Eligibility Criteria
Ages Eligible for Study
70 years and older (Older Adult)
Accepts Healthy Volunteers
No
Genders Eligible for Study
All
Description
Inclusion Criteria
All candidates for the study must meet the following inclusion criteria:
- Severe aortic valve stenosis determined by echocardiogram and Doppler, defined as: mean gradient >40 mmHg or peak jet velocity >4.0 m/s and an aortic valve area ≤0.8 cm2 or aortic valve area index ≤0.5 cm2/m2
- Symptomatic aortic valve stenosis demonstrated by angina, congestive heart failure, NYHA Functional Class ≥ II, or syncope
- Patient is an extreme risk candidate for open surgical aortic valve repair such that the site Investigators (interventional cardiologist and cardiothoracic surgeon) agree that medical factors preclude operation, based on the conclusion that the probability of death or serious morbidity exceeds the probability of meaningful improvement due to the patient's co-morbidities (such as, but not limited to, severe COPD, porcelain aorta, previous thorax irradiation) or logistic EuroSCORE ≥ 20
- ≥ 70 years old
- Patient has been informed of the nature of the study and has provided written informed consent
- Patient and treating physician agree that the patient will return for all required post-procedure follow-up visits
Exclusion Criteria
Candidates will be excluded from the study if any of the following criteria are present:
- Patient is a surgical candidate for aortic valve replacement
- Congenital bicuspid or unicuspid valve determined by echocardiography
- Native valve annulus diameter is <17mm or >22mm determined by the screening CT scan
- Extreme asymmetrical calcification of the native aortic valve determined by the screening CT scan
- Native valvular or peripheral vascular anatomy is not appropriate for the DFM bioprosthesis and 18F delivery system
- Left ventricular ejection fraction (LVEF) <30% determined by resting echocardiogram
- Evidence of an acute myocardial infarction (Refer to Definitions in Section 8) within 30 days prior to the study procedure
- Any percutaneous coronary or peripheral interventional procedure performed within 30 days prior to the study procedure
- Any planned surgical or percutaneous coronary or peripheral procedure to be performed during the study procedure or prior to 30 day follow-up visit
- Need for emergency surgery for any reason
- Untreated clinically significant ( > 70% obstruction) coronary artery disease requiring revascularization
- Prior aortic or mitral valve surgery
- Pre-existing prosthetic heart valve in any position
- Mitral insufficiency greater than moderate determined by resting echocardiography
- Echocardiographic evidence of intra-cardiac mass, thrombus or vegetation
- Thoracic aortic aneurysm (TAA)
- Abdominal aortic aneurysm (AAA) >4.5 cm
- Presence of an endovascular stent graft for treatment of AAA or TAA
- Hypertrophic cardiomyopathy
- Hemodynamic instability (e.g. requiring inotropic support)
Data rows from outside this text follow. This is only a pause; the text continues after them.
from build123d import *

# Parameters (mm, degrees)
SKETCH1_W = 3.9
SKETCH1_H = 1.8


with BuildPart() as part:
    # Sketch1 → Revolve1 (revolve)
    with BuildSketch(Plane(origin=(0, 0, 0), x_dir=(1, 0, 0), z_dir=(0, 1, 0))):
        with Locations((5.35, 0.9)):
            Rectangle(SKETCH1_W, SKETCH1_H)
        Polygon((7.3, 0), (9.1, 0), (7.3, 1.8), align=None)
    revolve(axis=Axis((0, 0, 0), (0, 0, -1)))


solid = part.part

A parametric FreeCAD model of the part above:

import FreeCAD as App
import Part
import Sketcher
from FreeCAD import Vector
Q = App.Units.Quantity

doc = App.newDocument("Part")
body = doc.addObject("PartDesign::Body", "Body")

# Sketch on XZ plane
sketch1 = body.newObject("Sketcher::SketchObject", "Sketch")
sketch1.AttachmentSupport = (doc.getObject("XZ_Plane"), [""])
sketch1.MapMode = "FlatFace"
sketch1.addGeometry([
    Part.LineSegment(Vector(3.4, -1.8, 0), Vector(3.4, 0, 0)),
    Part.LineSegment(Vector(3.4, 0, 0), Vector(9.1, 0, 0)),
    Part.LineSegment(Vector(9.1, 0, 0), Vector(7.3, -1.8, 0)),
    Part.LineSegment(Vector(7.3, -1.8, 0), Vector(3.4, -1.8, 0)),
], False)
sketch1.addConstraint([
    Sketcher.Constraint("Coincident", 0, 2, 1, 1),
    Sketcher.Constraint("Coincident", 1, 2, 2, 1),
    Sketcher.Constraint("Coincident", 2, 2, 3, 1),
    Sketcher.Constraint("Coincident", 3, 2, 0, 1),
    Sketcher.Constraint("Vertical", 0),
    Sketcher.Constraint("Horizontal", 1),
    Sketcher.Constraint("Horizontal", 3),
    Sketcher.Constraint("PointOnObject", 0, 2, -1),
    Sketcher.Constraint("Angle", 2, Q("-135 deg")),
    Sketcher.Constraint("DistanceX", 1, 1, 1, 2, Q("5.7 mm")),
    Sketcher.Constraint("DistanceX", 3, 2, 3, 1, Q("3.9 mm")),
    Sketcher.Constraint("DistanceX", -1, 1, 0, 2, Q("3.4 mm")),
])
revolution = body.newObject("PartDesign::Revolution", "Revolution")
revolution.Profile = sketch1
revolution.ReferenceAxis = (sketch1, ["V_Axis"])
revolution.Angle = 360

doc.recompute()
- Trans-esophageal echocardiography (TEE) is contraindicated
- Renal insufficiency (creatinine > 3.0 mg/dL) and/or end-stage renal disease requiring dialysis at the time of screening
- Active endocarditis or sepsis within 6 months prior to the study procedure
- Stroke or transient ischemic attack (TIA) within 6 months prior to the study procedure
- Cardiogenic shock within 30 days prior to the study procedure
- Active peptic ulcer or upper GI bleeding within 3 months prior to the study procedure
- Leukopenia (WBC <3000/mm³), acute anemia (Hb <9 g/dL), or thrombocytopenia (platelet count <100,000 cells/mm3)
- History of bleeding diathesis or coagulopathy or refusal of blood transfusions
- A known hypersensitivity or contraindication to aspirin, heparin, ticlopidine or clopidogrel, or sensitivity to contrast media, which cannot be adequately pre-medicated
- Currently participating in an investigational drug or another device trial
- Previously enrolled in this study
- Patient refusal of surgery
- Life expectancy thought to be <12 months
- Dementia (resulting in either inability to provide informed consent for the trial/procedure, prevents independent lifestyle outside of a chronic care facility, or will fundamentally complicate rehabilitation from the procedure or compliance with follow-up visits)
Study Plan
This section provides details of the study plan, including how the study is designed and what the study is measuring.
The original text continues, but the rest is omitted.